Clinton slips into the red
Clinton Cards was one of the day’s biggest fallers yesterday after the retailer revealed the integration of its new charge, Birthdays, was running five months behind schedule and announcing a slump in recent sales.
The company posted a loss of £10.4m on sales of £250.5m in the six months to 31 July. Like-for-like sales were down 1.3 per cent at Clinton stores and 1.5 per cent at Birthdays over the period.
Shares slipped 4 per cent to close at 65p after the card retailer admitted that the restructuring and repositioning of the business was “taking longer to achieve than originally anticipated”.
Clinton acquired the Scottish value card retailer for an estimated £90m last December. Managing director Clinton Lewin said the merger was running behind schedule due to problems associated with relocating the Glasgow based head office, hiring new staff as well as IT and supplier issues.

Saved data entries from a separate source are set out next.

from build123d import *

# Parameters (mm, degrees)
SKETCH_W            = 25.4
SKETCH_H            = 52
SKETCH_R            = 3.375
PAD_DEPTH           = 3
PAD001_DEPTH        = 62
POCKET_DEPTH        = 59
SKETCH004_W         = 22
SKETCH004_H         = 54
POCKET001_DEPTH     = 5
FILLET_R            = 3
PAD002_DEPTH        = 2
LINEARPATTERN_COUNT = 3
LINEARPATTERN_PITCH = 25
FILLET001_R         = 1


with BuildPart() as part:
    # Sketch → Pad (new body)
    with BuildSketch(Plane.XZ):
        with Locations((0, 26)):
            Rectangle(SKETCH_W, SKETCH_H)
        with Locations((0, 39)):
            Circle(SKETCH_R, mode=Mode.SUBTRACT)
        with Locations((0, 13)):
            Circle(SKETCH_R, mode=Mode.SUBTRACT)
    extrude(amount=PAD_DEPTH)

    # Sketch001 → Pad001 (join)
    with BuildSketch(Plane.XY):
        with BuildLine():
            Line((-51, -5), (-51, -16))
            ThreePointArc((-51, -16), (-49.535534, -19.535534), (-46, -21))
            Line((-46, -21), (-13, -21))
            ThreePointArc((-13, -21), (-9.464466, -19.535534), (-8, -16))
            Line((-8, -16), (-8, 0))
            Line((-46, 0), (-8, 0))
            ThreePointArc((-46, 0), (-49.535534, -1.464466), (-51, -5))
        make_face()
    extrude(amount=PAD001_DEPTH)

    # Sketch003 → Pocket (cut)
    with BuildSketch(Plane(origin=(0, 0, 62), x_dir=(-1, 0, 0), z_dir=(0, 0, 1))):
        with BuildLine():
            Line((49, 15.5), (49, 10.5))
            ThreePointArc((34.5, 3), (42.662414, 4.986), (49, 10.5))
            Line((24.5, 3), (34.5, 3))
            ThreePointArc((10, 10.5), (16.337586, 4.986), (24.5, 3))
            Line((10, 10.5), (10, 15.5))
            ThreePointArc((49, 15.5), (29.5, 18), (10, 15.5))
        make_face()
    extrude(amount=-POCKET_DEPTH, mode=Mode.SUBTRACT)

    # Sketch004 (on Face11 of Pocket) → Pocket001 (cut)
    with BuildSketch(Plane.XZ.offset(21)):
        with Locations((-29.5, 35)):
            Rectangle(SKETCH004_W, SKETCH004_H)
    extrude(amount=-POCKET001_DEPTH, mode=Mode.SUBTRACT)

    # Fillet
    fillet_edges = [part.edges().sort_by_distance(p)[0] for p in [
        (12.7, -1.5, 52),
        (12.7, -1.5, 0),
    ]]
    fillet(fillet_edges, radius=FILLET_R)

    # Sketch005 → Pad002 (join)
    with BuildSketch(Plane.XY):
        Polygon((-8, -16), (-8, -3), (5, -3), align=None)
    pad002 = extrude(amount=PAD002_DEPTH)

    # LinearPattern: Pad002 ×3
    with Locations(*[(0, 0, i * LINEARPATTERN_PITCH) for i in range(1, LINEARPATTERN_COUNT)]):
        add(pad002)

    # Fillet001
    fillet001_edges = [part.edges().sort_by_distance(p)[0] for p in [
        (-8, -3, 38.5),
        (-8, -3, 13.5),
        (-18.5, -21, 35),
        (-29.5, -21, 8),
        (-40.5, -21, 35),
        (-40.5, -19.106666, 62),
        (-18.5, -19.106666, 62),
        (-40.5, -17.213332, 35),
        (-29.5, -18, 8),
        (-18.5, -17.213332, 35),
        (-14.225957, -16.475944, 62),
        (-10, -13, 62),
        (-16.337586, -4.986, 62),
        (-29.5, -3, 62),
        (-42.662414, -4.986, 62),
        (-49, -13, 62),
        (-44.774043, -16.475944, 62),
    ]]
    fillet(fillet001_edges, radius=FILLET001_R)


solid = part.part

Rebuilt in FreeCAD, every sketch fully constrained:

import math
import FreeCAD as App
import Part
import Sketcher

V = App.Vector


def edges_at(feature, points):
    """Names of the edges that pass closest to the given points."""
    edges = feature.Shape.Edges
    near = lambda p: min(range(len(edges)), key=lambda i: edges[i].distToShape(Part.Vertex(*p))[0])
    return sorted({f"Edge{near(p) + 1}" for p in points})

doc = App.newDocument("Part")
body = doc.addObject("PartDesign::Body", "Body")

sketch1 = doc.addObject("Sketcher::SketchObject", "Sketch")
body.addObject(sketch1)
sketch1.AttachmentSupport = (doc.XZ_Plane, [""])
sketch1.MapMode = "FlatFace"
sketch1.addGeometry(Part.LineSegment(V(-12.7, 52, 0), V(-12.7, 0, 0)), False)
sketch1.addGeometry(Part.LineSegment(V(-12.7, 0, 0), V(12.7, 0, 0)), False)
sketch1.addGeometry(Part.LineSegment(V(12.7, 0, 0), V(12.7, 52, 0)), False)
sketch1.addGeometry(Part.LineSegment(V(12.7, 52, 0), V(-12.7, 52, 0)), False)
sketch1.addGeometry(Part.Circle(V(0, 13, 0), V(0, 0, 1), 3.4), False)
sketch1.addGeometry(Part.Circle(V(0, 39, 0), V(0, 0, 1), 3.4), False)
sketch1.addConstraint(Sketcher.Constraint("Coincident", 0, 2, 1, 1))
sketch1.addConstraint(Sketcher.Constraint("Coincident", 1, 2, 2, 1))
sketch1.addConstraint(Sketcher.Constraint("Coincident", 2, 2, 3, 1))
sketch1.addConstraint(Sketcher.Constraint("Coincident", 3, 2, 0, 1))
sketch1.addConstraint(Sketcher.Constraint("Vertical", 0))
sketch1.addConstraint(Sketcher.Constraint("Horizontal", 1))
sketch1.addConstraint(Sketcher.Constraint("Vertical", 2))
sketch1.addConstraint(Sketcher.Constraint("Horizontal", 3))
sketch1.addConstraint(Sketcher.Constraint("Equal", 4, 5))
sketch1.addConstraint(Sketcher.Constraint("Symmetric", 0, 2, 1, 2, -1, 1))
sketch1.addConstraint(Sketcher.Constraint("PointOnObject", 4, 3, -2))
sketch1.addConstraint(Sketcher.Constraint("PointOnObject", 5, 3, -2))
sketch1.addConstraint(Sketcher.Constraint("Diameter", 4, 6.75))
sketch1.addConstraint(Sketcher.Constraint("DistanceY", 0, 2, 0, 1, 52.0))
sketch1.addConstraint(Sketcher.Constraint("DistanceX", 1, 1, 1, 2, 25.4))
sketch1.addConstraint(Sketcher.Constraint("DistanceY", -1, 1, 4, 3, 13.0))
sketch1.addConstraint(Sketcher.Constraint("DistanceY", -1, 1, 5, 3, 39.0))
pad1 = doc.addObject("PartDesign::Pad", "Pad")
body.addObject(pad1)
pad1.Profile = sketch1
pad1.Length = 3

sketch2 = doc.addObject("Sketcher::SketchObject", "Sketch001")
body.addObject(sketch2)
sketch2.AttachmentSupport = (doc.XY_Plane, [""])
sketch2.MapMode = "FlatFace"
sketch2.addGeometry(Part.LineSegment(V(-51, -5, 0), V(-51, -16, 0)), False)
sketch2.addGeometry(Part.ArcOfCircle(Part.Circle(V(-46, -16, 0), V(0, 0, 1), 5), math.radians(180), math.radians(270)), False)
sketch2.addGeometry(Part.LineSegment(V(-46, -21, 0), V(-13, -21, 0)), False)
sketch2.addGeometry(Part.ArcOfCircle(Part.Circle(V(-13, -16, 0), V(0, 0, 1), 5), math.radians(-90), math.radians(0)), False)
sketch2.addGeometry(Part.LineSegment(V(-8, -16, 0), V(-8, 0, 0)), False)
sketch2.addGeometry(Part.LineSegment(V(-8, 0, 0), V(-46, 0, 0)), False)
sketch2.addGeometry(Part.ArcOfCircle(Part.Circle(V(-46, -5, 0), V(0, 0, 1), 5), math.radians(90), math.radians(180)), False)
sketch2.addConstraint(Sketcher.Constraint("Tangent", 0, 2, 1, 1))
sketch2.addConstraint(Sketcher.Constraint("Tangent", 1, 2, 2, 1))
sketch2.addConstraint(Sketcher.Constraint("Tangent", 2, 2, 3, 1))
sketch2.addConstraint(Sketcher.Constraint("Tangent", 3, 2, 4, 1))
sketch2.addConstraint(Sketcher.Constraint("Coincident", 4, 2, 5, 1))
sketch2.addConstraint(Sketcher.Constraint("Tangent", 5, 2, 6, 1))
sketch2.addConstraint(Sketcher.Constraint("Tangent", 6, 2, 0, 1))
sketch2.addConstraint(Sketcher.Constraint("Vertical", 0))
sketch2.addConstraint(Sketcher.Constraint("Horizontal", 2))
sketch2.addConstraint(Sketcher.Constraint("Vertical", 4))
sketch2.addConstraint(Sketcher.Constraint("Horizontal", 5))
sketch2.addConstraint(Sketcher.Constraint("Equal", 1, 3))
sketch2.addConstraint(Sketcher.Constraint("Equal", 3, 6))
sketch2.addConstraint(Sketcher.Constraint("PointOnObject", 4, 2, -1))
sketch2.addConstraint(Sketcher.Constraint("Radius", 1, 5.0))
sketch2.addConstraint(Sketcher.Constraint("DistanceX", 2, 1, 2, 2, 33.0))
sketch2.addConstraint(Sketcher.Constraint("DistanceY", 0, 2, 0, 1, 11.0))
sketch2.addConstraint(Sketcher.Constraint("DistanceX", 1, 3, -1, 1, 46.0))
pad2 = doc.addObject("PartDesign::Pad", "Pad001")
body.addObject(pad2)
pad2.Profile = sketch2
pad2.Length = 62

sketch3 = doc.addObject("Sketcher::SketchObject", "Sketch002")
body.addObject(sketch3)
sketch3.AttachmentSupport = (doc.XY_Plane, [""])
sketch3.MapMode = "FlatFace"
sketch3.AttachmentOffset = App.Placement(V(0, 0, 62), App.Rotation())
sketch3.addGeometry(Part.LineSegment(V(-49, -10, 0), V(-49, -16, 0)), False)
sketch3.addGeometry(Part.ArcOfCircle(Part.Circle(V(-30, 59, 0), V(0, 0, 1), 77), math.radians(-105), math.radians(-75)), False)
sketch3.addGeometry(Part.LineSegment(V(-10, -16, 0), V(-10, -10, 0)), False)
sketch3.addGeometry(Part.ArcOfCircle(Part.Circle(V(-25, -21, 0), V(0, 0, 1), 18), math.radians(35), math.radians(90)), False)
sketch3.addGeometry(Part.LineSegment(V(-24, -3, 0), V(-34, -3, 0)), False)
sketch3.addGeometry(Part.ArcOfCircle(Part.Circle(V(-34, -21, 0), V(0, 0, 1), 18), math.radians(90), math.radians(145)), False)
sketch3.addConstraint(Sketcher.Constraint("Coincident", 0, 2, 1, 1))
sketch3.addConstraint(Sketcher.Constraint("Coincident", 1, 2, 2, 1))
sketch3.addConstraint(Sketcher.Constraint("Coincident", 2, 2, 3, 1))
sketch3.addConstraint(Sketcher.Constraint("Tangent", 3, 2, 4, 1))
sketch3.addConstraint(Sketcher.Constraint("Tangent", 4, 2, 5, 1))
sketch3.addConstraint(Sketcher.Constraint("Coincident", 5, 2, 0, 1))
sketch3.addConstraint(Sketcher.Constraint("Vertical", 0))
sketch3.addConstraint(Sketcher.Constraint("Vertical", 2))
sketch3.addConstraint(Sketcher.Constraint("Horizontal", 4))
sketch3.addConstraint(Sketcher.Constraint("Equal", 3, 5))
sketch3.addConstraint(Sketcher.Constraint("Horizontal", 0, 2, 1, 2))
sketch3.addConstraint(Sketcher.Constraint("Horizontal", 2, 2, 5, 2))
sketch3.addConstraint(Sketcher.Constraint("Radius", 1, 77.3))
sketch3.addConstraint(Sketcher.Constraint("DistanceX", 4, 2, 4, 1, 10.0))
sketch3.addConstraint(Sketcher.Constraint("DistanceY", 0, 2, 0, 1, 5.0))
sketch3.addConstraint(Sketcher.Constraint("DistanceX", 0, 2, -1, 1, 49.0))
sketch3.addConstraint(Sketcher.Constraint("DistanceX", 1, 2, -1, 1, 10.0))
sketch3.addConstraint(Sketcher.Constraint("DistanceY", 3, 2, -1, 1, 3.0))
sketch3.addConstraint(Sketcher.Constraint("DistanceY", -1, 1, 1, 3, 59.3))
pocket1 = doc.addObject("PartDesign::Pocket", "Pocket")
body.addObject(pocket1)
pocket1.Profile = sketch3
pocket1.Length = 59

sketch4 = doc.addObject("Sketcher::SketchObject", "Sketch003")
body.addObject(sketch4)
sketch4.AttachmentSupport = (doc.XZ_Plane, [""])
sketch4.MapMode = "FlatFace"
sketch4.AttachmentOffset = App.Placement(V(0, 0, 21), App.Rotation())
sketch4.addGeometry(Part.LineSegment(V(-40, 62, 0), V(-40, 8, 0)), False)
sketch4.addGeometry(Part.LineSegment(V(-40, 8, 0), V(-18, 8, 0)), False)
sketch4.addGeometry(Part.LineSegment(V(-18, 8, 0), V(-18, 62, 0)), False)
sketch4.addGeometry(Part.LineSegment(V(-18, 62, 0), V(-40, 62, 0)), False)
sketch4.addConstraint(Sketcher.Constraint("Coincident", 0, 2, 1, 1))
sketch4.addConstraint(Sketcher.Constraint("Coincident", 1, 2, 2, 1))
sketch4.addConstraint(Sketcher.Constraint("Coincident", 2, 2, 3, 1))
sketch4.addConstraint(Sketcher.Constraint("Coincident", 3, 2, 0, 1))
sketch4.addConstraint(Sketcher.Constraint("Vertical", 0))
sketch4.addConstraint(Sketcher.Constraint("Horizontal", 1))
sketch4.addConstraint(Sketcher.Constraint("Vertical", 2))
sketch4.addConstraint(Sketcher.Constraint("Horizontal", 3))
sketch4.addConstraint(Sketcher.Constraint("DistanceX", 1, 1, 1, 2, 22.0))
sketch4.addConstraint(Sketcher.Constraint("DistanceY", 0, 2, 0, 1, 54.0))
sketch4.addConstraint(Sketcher.Constraint("DistanceY", -1, 1, 0, 2, 8.0))
sketch4.addConstraint(Sketcher.Constraint("DistanceX", 0, 2, -1, 1, 40.5))
pocket2 = doc.addObject("PartDesign::Pocket", "Pocket001")
body.addObject(pocket2)
pocket2.Profile = sketch4
pocket2.Length = 5
doc.recompute()

fillet = doc.addObject("PartDesign::Fillet", "Fillet")
body.addObject(fillet)
fillet.Base = (pocket2, edges_at(pocket2, [(12.7, -1.5, 52), (12.7, -1.5, 0)]))
fillet.Radius = 3

sketch5 = doc.addObject("Sketcher::SketchObject", "Sketch004")
body.addObject(sketch5)
sketch5.AttachmentSupport = (doc.XY_Plane, [""])
sketch5.MapMode = "FlatFace"
sketch5.addGeometry(Part.LineSegment(V(-8, -3, 0), V(-8, -16, 0)), False)
sketch5.addGeometry(Part.LineSegment(V(-8, -16, 0), V(5, -3, 0)), False)
sketch5.addGeometry(Part.LineSegment(V(5, -3, 0), V(-8, -3, 0)), False)
sketch5.addConstraint(Sketcher.Constraint("Coincident", 0, 2, 1, 1))
sketch5.addConstraint(Sketcher.Constraint("Coincident", 1, 2, 2, 1))
sketch5.addConstraint(Sketcher.Constraint("Coincident", 2, 2, 0, 1))
sketch5.addConstraint(Sketcher.Constraint("Vertical", 0))
sketch5.addConstraint(Sketcher.Constraint("Horizontal", 2))
sketch5.addConstraint(Sketcher.Constraint("Equal", 2, 0))
sketch5.addConstraint(Sketcher.Constraint("DistanceX", 2, 2, 2, 1, 13.0))
sketch5.addConstraint(Sketcher.Constraint("DistanceX", 0, 2, -1, 1, 8.0))
sketch5.addConstraint(Sketcher.Constraint("DistanceY", 0, 2, -1, 1, 16.0))
pad3 = doc.addObject("PartDesign::Pad", "Pad002")
body.addObject(pad3)
pad3.Profile = sketch5
pad3.Length = 2
doc.recompute()

linearpattern = doc.addObject("PartDesign::LinearPattern", "LinearPattern")
body.addObject(linearpattern)
linearpattern.Originals = [pad3]
linearpattern.Direction = (doc.Z_Axis, [""])
linearpattern.Mode = "offset"
linearpattern.Offset = 25
linearpattern.Occurrences = 3
body.Tip = linearpattern
doc.recompute()

fillet2 = doc.addObject("PartDesign::Fillet", "Fillet001")
body.addObject(fillet2)
fillet2.Base = (linearpattern, edges_at(linearpattern, [
    (-8, -3, 38.5),
    (-8, -3, 13.5),
    (-18.5, -21, 35),
    (-29.5, -21, 8),
    (-40.5, -21, 35),
    (-40.5, -19.107, 62),
    (-18.5, -19.107, 62),
    (-40.5, -17.213, 35),
    (-29.5, -18, 8),
    (-18.5, -17.213, 35),
    (-14.226, -16.476, 62),
    (-10, -13, 62),
    (-16.338, -4.986, 62),
    (-29.5, -3, 62),
    (-42.662, -4.986, 62),
    (-49, -13, 62),
    (-44.774, -16.476, 62),
]))
fillet2.Radius = 1

doc.recompute()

“We are very happy with the acquisition,” Lewin said. “But we are five months behind where we would have liked to have been.”
The difficulties absorbing the new business came as trading slowed at the core chain. Like-for-like sales at Clinton Cards were down 3.1 per cent in the 12 weeks to 23 October.
However the birthdays business showed signs that new ranges being introduced were having the desired effect with like-for-like sales up 5.4 per cent over the period.
Lewin said the weak trading environment had encouraged it to press ahead with rationalising the enlarged store base with plans to close up to 45 marginal outlets in the second half.
Seymour Pierce analyst Rhys Williams said: “Overall a disappointing performance, with the Birthday acquisition taking longer to turnaround than originally expected and its Clinton brand continuing to struggle.”